• Required action
Scan the records beneath this line for the line holding "f 154 207 140" and the line holding "bar, 6 x Ø8.4", then transcribe exactly those two and all lines between.

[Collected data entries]

#####

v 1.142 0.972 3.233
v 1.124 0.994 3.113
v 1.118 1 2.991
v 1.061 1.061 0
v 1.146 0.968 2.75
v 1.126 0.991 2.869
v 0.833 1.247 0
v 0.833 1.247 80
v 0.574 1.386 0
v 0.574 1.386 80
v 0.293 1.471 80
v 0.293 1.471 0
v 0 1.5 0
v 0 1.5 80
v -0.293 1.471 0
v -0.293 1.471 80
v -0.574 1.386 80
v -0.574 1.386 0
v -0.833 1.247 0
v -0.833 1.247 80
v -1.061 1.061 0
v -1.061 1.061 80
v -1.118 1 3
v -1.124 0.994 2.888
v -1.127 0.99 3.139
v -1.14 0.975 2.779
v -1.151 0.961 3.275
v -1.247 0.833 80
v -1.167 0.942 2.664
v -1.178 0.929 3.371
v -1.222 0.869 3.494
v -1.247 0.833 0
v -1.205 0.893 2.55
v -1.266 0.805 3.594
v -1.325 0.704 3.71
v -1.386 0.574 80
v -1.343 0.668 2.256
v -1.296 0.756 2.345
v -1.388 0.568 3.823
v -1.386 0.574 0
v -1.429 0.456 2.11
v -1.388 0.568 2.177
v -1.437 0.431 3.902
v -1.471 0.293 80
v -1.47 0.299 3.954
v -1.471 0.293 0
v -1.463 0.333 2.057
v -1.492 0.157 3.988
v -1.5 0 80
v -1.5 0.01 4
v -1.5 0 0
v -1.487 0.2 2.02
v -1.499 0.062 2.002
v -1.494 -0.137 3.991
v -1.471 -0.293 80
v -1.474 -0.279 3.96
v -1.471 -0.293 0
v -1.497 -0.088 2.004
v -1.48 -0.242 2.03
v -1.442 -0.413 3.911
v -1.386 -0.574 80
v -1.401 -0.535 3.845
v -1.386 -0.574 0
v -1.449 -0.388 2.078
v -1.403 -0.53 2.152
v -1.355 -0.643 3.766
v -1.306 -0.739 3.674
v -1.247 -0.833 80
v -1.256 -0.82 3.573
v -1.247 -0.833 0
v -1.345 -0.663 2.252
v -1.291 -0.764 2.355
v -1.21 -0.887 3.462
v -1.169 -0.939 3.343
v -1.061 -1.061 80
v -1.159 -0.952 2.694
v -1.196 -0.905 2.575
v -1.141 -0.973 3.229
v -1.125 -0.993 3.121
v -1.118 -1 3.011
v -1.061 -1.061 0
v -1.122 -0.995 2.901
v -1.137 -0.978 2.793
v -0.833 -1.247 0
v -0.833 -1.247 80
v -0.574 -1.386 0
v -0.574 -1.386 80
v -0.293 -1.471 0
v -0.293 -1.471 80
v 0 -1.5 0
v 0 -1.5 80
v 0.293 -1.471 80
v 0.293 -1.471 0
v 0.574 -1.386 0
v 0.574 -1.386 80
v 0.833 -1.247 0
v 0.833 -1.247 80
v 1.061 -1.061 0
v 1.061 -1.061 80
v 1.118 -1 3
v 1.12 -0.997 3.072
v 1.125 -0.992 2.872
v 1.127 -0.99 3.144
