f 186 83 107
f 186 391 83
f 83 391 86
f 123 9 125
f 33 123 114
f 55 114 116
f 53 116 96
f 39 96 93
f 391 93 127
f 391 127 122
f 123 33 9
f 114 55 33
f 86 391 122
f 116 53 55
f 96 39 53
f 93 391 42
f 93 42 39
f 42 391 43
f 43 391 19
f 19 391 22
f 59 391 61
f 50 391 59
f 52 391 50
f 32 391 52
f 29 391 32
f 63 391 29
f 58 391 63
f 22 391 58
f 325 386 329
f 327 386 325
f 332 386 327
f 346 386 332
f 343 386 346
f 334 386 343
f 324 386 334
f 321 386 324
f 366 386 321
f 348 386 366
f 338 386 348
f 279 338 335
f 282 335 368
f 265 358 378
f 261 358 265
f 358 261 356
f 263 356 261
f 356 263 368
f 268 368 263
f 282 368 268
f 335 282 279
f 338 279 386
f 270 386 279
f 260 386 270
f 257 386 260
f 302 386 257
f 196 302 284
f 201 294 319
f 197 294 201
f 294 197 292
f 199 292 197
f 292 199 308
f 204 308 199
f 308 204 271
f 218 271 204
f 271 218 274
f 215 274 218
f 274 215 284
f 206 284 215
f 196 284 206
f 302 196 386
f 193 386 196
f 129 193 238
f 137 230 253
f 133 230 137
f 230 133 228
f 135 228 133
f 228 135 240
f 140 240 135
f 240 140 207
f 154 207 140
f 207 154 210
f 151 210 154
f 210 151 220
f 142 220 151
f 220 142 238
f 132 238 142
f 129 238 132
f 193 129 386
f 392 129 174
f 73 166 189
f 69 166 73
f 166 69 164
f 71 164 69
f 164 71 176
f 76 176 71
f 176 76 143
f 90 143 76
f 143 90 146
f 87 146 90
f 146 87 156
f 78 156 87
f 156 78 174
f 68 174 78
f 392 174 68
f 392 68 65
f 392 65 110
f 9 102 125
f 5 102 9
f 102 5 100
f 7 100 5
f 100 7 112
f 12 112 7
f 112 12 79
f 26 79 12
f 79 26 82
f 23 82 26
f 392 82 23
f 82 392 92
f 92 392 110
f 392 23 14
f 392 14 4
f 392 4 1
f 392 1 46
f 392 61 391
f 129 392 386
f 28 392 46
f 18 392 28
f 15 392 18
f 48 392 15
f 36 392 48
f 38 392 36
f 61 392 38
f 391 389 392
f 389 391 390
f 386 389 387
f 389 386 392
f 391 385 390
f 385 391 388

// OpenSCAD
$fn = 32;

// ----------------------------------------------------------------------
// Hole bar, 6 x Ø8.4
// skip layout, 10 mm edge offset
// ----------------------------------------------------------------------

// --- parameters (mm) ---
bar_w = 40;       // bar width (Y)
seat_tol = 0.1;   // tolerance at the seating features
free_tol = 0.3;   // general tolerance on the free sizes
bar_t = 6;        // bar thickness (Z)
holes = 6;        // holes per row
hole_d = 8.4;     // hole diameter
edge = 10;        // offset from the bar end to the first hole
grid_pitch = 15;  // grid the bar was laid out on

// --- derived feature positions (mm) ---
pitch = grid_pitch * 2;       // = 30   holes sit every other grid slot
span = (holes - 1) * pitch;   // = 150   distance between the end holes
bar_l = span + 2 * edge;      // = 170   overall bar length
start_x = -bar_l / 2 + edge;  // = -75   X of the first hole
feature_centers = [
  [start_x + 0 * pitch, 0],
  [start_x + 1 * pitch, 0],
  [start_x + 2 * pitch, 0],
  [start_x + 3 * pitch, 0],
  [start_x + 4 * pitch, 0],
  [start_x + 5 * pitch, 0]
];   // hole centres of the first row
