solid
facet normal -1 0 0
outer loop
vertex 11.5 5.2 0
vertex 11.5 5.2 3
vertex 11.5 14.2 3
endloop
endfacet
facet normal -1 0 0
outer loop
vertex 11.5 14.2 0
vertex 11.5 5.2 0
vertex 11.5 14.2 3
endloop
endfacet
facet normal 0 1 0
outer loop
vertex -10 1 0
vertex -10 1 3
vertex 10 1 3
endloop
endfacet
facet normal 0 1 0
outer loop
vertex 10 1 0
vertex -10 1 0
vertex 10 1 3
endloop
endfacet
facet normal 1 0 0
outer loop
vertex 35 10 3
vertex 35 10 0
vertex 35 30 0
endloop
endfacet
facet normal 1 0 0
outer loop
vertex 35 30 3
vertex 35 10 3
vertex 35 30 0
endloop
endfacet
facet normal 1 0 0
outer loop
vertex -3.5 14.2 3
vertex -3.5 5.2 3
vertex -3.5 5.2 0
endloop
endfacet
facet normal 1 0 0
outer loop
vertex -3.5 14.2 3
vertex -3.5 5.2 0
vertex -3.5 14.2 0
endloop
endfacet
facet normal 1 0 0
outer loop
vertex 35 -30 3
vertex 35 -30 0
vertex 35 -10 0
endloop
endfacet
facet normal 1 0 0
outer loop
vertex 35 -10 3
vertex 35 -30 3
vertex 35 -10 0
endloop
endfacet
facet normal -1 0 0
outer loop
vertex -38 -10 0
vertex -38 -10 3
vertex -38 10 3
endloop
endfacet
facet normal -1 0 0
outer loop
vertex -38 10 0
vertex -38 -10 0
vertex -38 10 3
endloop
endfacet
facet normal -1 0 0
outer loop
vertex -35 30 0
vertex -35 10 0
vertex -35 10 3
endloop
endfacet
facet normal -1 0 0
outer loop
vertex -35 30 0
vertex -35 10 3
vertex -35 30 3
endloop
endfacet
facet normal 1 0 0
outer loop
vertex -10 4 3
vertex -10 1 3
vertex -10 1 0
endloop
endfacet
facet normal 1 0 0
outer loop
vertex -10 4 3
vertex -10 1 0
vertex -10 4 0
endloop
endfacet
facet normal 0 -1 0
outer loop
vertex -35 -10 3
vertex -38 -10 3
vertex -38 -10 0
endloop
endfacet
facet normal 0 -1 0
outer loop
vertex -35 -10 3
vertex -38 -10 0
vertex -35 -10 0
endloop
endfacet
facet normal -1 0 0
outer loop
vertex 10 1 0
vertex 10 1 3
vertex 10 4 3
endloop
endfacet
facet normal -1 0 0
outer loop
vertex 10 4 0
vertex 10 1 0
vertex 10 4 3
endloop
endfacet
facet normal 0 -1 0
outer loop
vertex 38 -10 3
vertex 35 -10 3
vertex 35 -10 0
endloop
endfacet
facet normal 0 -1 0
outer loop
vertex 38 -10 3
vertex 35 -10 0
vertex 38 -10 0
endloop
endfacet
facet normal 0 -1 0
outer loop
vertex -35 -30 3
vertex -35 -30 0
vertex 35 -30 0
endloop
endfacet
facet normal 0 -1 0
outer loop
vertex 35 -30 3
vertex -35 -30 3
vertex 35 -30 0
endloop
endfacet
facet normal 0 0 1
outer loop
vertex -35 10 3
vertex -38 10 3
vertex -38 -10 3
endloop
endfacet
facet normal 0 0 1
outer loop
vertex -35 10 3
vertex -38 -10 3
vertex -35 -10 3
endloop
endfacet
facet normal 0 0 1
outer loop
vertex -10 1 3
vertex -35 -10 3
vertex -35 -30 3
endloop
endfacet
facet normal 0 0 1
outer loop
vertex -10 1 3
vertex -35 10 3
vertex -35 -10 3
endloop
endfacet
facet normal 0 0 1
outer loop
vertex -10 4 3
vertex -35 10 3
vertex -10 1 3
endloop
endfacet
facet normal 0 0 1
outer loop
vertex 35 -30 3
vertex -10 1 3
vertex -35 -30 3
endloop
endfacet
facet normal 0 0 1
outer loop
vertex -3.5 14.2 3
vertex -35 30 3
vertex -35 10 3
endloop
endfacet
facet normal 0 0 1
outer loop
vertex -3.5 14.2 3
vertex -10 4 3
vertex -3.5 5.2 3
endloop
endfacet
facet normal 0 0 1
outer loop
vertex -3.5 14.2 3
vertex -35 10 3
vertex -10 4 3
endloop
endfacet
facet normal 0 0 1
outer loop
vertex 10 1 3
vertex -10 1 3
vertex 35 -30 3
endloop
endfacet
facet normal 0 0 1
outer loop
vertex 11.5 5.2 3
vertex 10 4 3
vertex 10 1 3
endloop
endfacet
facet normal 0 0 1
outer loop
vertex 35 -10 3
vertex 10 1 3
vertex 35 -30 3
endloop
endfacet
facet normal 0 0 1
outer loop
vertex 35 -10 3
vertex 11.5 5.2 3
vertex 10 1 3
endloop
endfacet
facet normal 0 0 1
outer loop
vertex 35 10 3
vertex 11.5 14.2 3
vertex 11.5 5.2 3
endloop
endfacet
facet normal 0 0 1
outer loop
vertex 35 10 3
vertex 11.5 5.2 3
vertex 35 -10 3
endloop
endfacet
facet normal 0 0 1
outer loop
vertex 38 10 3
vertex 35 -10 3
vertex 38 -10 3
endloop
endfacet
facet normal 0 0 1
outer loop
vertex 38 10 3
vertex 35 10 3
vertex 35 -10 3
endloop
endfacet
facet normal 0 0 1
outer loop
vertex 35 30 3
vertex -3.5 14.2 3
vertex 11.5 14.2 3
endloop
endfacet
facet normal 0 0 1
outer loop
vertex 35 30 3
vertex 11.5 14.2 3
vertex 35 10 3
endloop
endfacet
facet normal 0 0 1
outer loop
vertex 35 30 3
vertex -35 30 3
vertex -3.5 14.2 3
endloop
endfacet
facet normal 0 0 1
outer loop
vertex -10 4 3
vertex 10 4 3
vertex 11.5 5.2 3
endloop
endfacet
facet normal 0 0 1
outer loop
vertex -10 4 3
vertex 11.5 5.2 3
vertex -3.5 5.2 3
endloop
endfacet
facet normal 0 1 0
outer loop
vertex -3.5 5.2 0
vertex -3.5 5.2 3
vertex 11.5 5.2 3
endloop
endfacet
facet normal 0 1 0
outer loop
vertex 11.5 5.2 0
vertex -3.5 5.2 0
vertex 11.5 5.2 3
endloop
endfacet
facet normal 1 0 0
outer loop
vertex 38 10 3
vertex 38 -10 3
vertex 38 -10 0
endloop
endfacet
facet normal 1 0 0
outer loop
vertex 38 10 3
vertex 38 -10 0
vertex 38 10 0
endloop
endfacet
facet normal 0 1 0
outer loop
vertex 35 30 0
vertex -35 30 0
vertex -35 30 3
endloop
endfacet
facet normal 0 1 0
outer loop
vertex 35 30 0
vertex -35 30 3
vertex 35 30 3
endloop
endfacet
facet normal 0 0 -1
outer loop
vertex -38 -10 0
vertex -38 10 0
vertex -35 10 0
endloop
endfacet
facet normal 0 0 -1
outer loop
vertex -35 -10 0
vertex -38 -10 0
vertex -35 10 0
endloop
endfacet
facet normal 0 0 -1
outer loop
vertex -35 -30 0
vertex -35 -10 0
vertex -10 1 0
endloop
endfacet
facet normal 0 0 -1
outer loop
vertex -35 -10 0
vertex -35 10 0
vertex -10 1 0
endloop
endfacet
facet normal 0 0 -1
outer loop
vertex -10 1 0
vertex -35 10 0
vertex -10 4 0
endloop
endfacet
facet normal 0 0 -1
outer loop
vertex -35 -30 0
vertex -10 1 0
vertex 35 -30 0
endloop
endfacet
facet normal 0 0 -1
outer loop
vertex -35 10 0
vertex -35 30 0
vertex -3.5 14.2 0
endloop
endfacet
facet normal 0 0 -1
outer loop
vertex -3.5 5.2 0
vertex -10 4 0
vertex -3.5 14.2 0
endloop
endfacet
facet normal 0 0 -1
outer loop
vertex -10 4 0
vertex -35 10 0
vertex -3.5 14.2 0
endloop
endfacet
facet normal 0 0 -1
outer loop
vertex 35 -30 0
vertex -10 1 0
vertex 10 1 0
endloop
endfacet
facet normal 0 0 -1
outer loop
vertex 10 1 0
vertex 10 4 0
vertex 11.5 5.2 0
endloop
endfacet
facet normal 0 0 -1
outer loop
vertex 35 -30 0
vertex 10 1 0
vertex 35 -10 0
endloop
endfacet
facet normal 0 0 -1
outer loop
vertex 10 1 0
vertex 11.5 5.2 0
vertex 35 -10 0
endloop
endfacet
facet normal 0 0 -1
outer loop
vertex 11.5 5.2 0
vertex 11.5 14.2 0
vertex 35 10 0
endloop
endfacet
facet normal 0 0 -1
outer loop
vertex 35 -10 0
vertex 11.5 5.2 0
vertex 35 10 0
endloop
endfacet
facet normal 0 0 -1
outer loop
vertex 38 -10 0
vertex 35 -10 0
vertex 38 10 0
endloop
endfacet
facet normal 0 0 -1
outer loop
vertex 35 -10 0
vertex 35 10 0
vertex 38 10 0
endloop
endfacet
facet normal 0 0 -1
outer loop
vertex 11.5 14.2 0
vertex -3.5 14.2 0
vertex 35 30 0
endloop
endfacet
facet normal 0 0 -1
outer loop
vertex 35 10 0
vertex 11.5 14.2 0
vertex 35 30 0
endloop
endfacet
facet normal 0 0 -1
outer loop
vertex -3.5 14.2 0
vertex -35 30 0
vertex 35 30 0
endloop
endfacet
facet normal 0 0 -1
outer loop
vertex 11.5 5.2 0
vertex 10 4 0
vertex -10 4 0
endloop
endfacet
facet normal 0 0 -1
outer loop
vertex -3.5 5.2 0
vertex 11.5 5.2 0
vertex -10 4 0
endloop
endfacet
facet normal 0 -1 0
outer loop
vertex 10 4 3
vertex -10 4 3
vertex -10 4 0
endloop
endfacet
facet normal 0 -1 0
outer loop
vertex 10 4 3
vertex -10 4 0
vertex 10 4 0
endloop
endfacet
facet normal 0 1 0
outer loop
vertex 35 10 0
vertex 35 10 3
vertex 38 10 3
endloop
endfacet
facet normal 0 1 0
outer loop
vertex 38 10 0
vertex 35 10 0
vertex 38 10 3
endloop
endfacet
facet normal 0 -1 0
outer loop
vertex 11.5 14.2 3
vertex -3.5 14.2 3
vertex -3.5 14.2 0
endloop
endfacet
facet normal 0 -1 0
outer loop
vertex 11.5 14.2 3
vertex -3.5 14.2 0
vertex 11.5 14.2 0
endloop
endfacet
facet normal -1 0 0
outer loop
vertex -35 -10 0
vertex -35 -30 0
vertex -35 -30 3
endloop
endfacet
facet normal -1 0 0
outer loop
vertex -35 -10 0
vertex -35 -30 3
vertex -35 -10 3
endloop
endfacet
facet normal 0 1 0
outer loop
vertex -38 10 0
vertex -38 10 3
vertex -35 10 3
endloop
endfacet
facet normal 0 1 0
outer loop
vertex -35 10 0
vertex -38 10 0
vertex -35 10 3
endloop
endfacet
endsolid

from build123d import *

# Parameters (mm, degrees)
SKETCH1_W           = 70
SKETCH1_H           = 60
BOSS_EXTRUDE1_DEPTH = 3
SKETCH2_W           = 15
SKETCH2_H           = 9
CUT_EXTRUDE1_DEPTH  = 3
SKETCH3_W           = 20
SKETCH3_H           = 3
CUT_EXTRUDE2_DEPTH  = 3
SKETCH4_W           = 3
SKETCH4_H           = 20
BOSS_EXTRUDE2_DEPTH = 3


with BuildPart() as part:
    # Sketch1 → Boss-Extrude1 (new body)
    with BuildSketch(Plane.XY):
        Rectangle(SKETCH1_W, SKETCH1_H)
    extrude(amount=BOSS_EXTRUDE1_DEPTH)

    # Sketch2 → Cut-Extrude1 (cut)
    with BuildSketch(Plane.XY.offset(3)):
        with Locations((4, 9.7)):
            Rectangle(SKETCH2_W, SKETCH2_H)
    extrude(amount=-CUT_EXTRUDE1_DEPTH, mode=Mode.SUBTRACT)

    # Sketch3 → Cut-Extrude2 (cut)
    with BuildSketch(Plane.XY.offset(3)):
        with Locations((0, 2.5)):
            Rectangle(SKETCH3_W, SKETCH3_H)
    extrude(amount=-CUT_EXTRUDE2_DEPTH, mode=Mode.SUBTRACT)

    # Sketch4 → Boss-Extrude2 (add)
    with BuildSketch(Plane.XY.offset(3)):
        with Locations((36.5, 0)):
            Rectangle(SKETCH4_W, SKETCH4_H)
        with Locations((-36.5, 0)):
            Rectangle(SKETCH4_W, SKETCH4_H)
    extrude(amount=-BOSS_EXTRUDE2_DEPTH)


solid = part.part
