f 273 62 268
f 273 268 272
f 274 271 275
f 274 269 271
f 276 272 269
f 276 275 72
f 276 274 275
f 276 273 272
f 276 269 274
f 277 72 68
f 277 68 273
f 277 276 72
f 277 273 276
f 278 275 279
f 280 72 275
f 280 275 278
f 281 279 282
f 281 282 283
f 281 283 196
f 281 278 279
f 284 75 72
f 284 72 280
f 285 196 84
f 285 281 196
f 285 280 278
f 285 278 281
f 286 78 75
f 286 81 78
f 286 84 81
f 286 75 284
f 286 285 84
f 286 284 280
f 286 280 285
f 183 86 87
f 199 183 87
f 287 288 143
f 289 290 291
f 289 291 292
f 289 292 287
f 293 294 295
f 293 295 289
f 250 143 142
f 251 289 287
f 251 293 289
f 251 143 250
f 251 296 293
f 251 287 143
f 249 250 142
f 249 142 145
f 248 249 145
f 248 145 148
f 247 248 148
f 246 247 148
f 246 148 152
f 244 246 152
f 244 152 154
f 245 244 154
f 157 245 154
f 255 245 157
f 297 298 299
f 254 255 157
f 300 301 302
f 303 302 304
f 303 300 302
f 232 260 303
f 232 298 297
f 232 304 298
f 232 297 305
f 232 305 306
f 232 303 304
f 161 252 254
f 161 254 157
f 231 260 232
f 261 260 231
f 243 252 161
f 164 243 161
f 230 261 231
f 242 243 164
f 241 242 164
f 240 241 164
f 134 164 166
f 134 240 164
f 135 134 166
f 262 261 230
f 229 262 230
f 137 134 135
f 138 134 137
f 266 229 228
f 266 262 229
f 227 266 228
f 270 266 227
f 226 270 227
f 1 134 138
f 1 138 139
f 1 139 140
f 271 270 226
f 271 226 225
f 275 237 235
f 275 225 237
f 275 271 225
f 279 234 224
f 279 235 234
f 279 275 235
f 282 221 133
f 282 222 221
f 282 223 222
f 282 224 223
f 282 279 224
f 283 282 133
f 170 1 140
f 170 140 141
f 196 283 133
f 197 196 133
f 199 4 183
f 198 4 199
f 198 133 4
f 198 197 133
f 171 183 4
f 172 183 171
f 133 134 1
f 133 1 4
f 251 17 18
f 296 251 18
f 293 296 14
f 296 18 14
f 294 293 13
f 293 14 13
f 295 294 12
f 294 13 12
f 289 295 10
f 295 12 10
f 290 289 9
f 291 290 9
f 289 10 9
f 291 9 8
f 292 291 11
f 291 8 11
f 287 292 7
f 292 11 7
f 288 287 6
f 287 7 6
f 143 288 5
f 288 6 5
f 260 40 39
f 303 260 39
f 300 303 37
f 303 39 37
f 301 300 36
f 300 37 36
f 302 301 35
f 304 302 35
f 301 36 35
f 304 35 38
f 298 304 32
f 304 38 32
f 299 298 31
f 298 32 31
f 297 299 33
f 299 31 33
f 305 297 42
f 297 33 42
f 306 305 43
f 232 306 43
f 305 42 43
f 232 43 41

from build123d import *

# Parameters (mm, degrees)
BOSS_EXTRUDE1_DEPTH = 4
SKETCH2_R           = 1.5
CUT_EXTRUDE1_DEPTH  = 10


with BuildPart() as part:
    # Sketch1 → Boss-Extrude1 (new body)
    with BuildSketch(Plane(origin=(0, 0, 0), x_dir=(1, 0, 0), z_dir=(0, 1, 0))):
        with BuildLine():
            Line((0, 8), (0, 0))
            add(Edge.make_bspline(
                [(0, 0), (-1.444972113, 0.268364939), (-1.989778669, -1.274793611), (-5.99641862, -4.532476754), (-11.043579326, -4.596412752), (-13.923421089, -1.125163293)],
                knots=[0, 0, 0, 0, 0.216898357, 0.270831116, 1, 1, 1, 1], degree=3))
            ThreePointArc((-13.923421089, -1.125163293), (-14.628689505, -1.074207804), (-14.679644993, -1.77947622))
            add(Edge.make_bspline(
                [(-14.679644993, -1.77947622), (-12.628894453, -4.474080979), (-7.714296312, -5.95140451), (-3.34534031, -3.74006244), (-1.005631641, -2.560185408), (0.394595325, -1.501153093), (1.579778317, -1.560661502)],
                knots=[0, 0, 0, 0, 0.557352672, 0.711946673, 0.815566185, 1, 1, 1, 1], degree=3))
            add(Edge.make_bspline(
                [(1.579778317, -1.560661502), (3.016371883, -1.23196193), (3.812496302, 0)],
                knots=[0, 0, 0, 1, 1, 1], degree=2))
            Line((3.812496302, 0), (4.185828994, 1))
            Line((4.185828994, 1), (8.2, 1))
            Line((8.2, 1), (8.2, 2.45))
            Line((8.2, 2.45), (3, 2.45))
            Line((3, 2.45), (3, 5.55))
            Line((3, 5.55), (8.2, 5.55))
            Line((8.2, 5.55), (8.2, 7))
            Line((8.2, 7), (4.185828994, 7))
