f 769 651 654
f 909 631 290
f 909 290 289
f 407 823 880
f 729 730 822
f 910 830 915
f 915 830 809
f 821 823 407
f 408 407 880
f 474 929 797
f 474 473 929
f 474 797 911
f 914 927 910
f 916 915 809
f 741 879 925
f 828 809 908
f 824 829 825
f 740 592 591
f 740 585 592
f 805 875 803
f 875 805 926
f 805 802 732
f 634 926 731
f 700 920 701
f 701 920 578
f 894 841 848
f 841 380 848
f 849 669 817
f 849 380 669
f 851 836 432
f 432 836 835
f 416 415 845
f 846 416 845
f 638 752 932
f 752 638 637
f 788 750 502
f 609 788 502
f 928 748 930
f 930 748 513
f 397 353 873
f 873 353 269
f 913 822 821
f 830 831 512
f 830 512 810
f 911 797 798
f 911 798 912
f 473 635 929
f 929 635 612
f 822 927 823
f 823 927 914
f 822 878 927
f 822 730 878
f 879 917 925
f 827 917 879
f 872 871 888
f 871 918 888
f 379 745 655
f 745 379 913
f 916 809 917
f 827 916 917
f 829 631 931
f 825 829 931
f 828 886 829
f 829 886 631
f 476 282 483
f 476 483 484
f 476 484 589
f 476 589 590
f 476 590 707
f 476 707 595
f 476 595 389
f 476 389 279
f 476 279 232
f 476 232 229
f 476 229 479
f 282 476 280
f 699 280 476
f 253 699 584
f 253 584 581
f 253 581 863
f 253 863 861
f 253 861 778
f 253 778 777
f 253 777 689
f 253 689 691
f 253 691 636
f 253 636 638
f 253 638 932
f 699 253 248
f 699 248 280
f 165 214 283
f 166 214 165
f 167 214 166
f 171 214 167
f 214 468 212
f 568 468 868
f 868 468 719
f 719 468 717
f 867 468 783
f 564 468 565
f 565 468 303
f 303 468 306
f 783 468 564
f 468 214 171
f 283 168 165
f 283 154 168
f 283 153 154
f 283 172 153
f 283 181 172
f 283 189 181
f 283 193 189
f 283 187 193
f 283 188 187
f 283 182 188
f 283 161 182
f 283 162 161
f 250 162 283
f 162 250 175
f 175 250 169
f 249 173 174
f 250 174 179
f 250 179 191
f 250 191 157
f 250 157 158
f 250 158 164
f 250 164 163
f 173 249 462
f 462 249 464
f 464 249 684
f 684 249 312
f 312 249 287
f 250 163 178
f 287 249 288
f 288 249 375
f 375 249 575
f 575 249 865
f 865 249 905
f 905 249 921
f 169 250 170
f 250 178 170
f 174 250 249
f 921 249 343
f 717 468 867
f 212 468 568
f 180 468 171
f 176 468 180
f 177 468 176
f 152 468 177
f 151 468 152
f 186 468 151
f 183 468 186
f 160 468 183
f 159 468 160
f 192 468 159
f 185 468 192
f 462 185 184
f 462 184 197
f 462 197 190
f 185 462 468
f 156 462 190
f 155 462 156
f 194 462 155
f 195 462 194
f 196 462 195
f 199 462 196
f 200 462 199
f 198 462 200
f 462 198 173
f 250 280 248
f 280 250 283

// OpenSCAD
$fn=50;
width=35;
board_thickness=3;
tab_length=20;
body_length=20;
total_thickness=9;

#####

• Solution
f 154 207 140
f 207 154 210
f 151 210 154
f 210 151 220
f 142 220 151
f 220 142 238
f 132 238 142
f 129 238 132
f 193 129 386
f 392 129 174
f 73 166 189
f 69 166 73
f 166 69 164
f 71 164 69
f 164 71 176
f 76 176 71
f 176 76 143
f 90 143 76
f 143 90 146
f 87 146 90
f 146 87 156
f 78 156 87
f 156 78 174
f 68 174 78
f 392 174 68
f 392 68 65
f 392 65 110
f 9 102 125
f 5 102 9
f 102 5 100
f 7 100 5
f 100 7 112
f 12 112 7
f 112 12 79
f 26 79 12
f 79 26 82
f 23 82 26
f 392 82 23
f 82 392 92
f 92 392 110
f 392 23 14
f 392 14 4
f 392 4 1
f 392 1 46
f 392 61 391
f 129 392 386
f 28 392 46
f 18 392 28
f 15 392 18
f 48 392 15
f 36 392 48
f 38 392 36
f 61 392 38
f 391 389 392
f 389 391 390
f 386 389 387
f 389 386 392
f 391 385 390
f 385 391 388

// OpenSCAD
$fn = 32;

// ----------------------------------------------------------------------
// Hole bar, 6 x Ø8.4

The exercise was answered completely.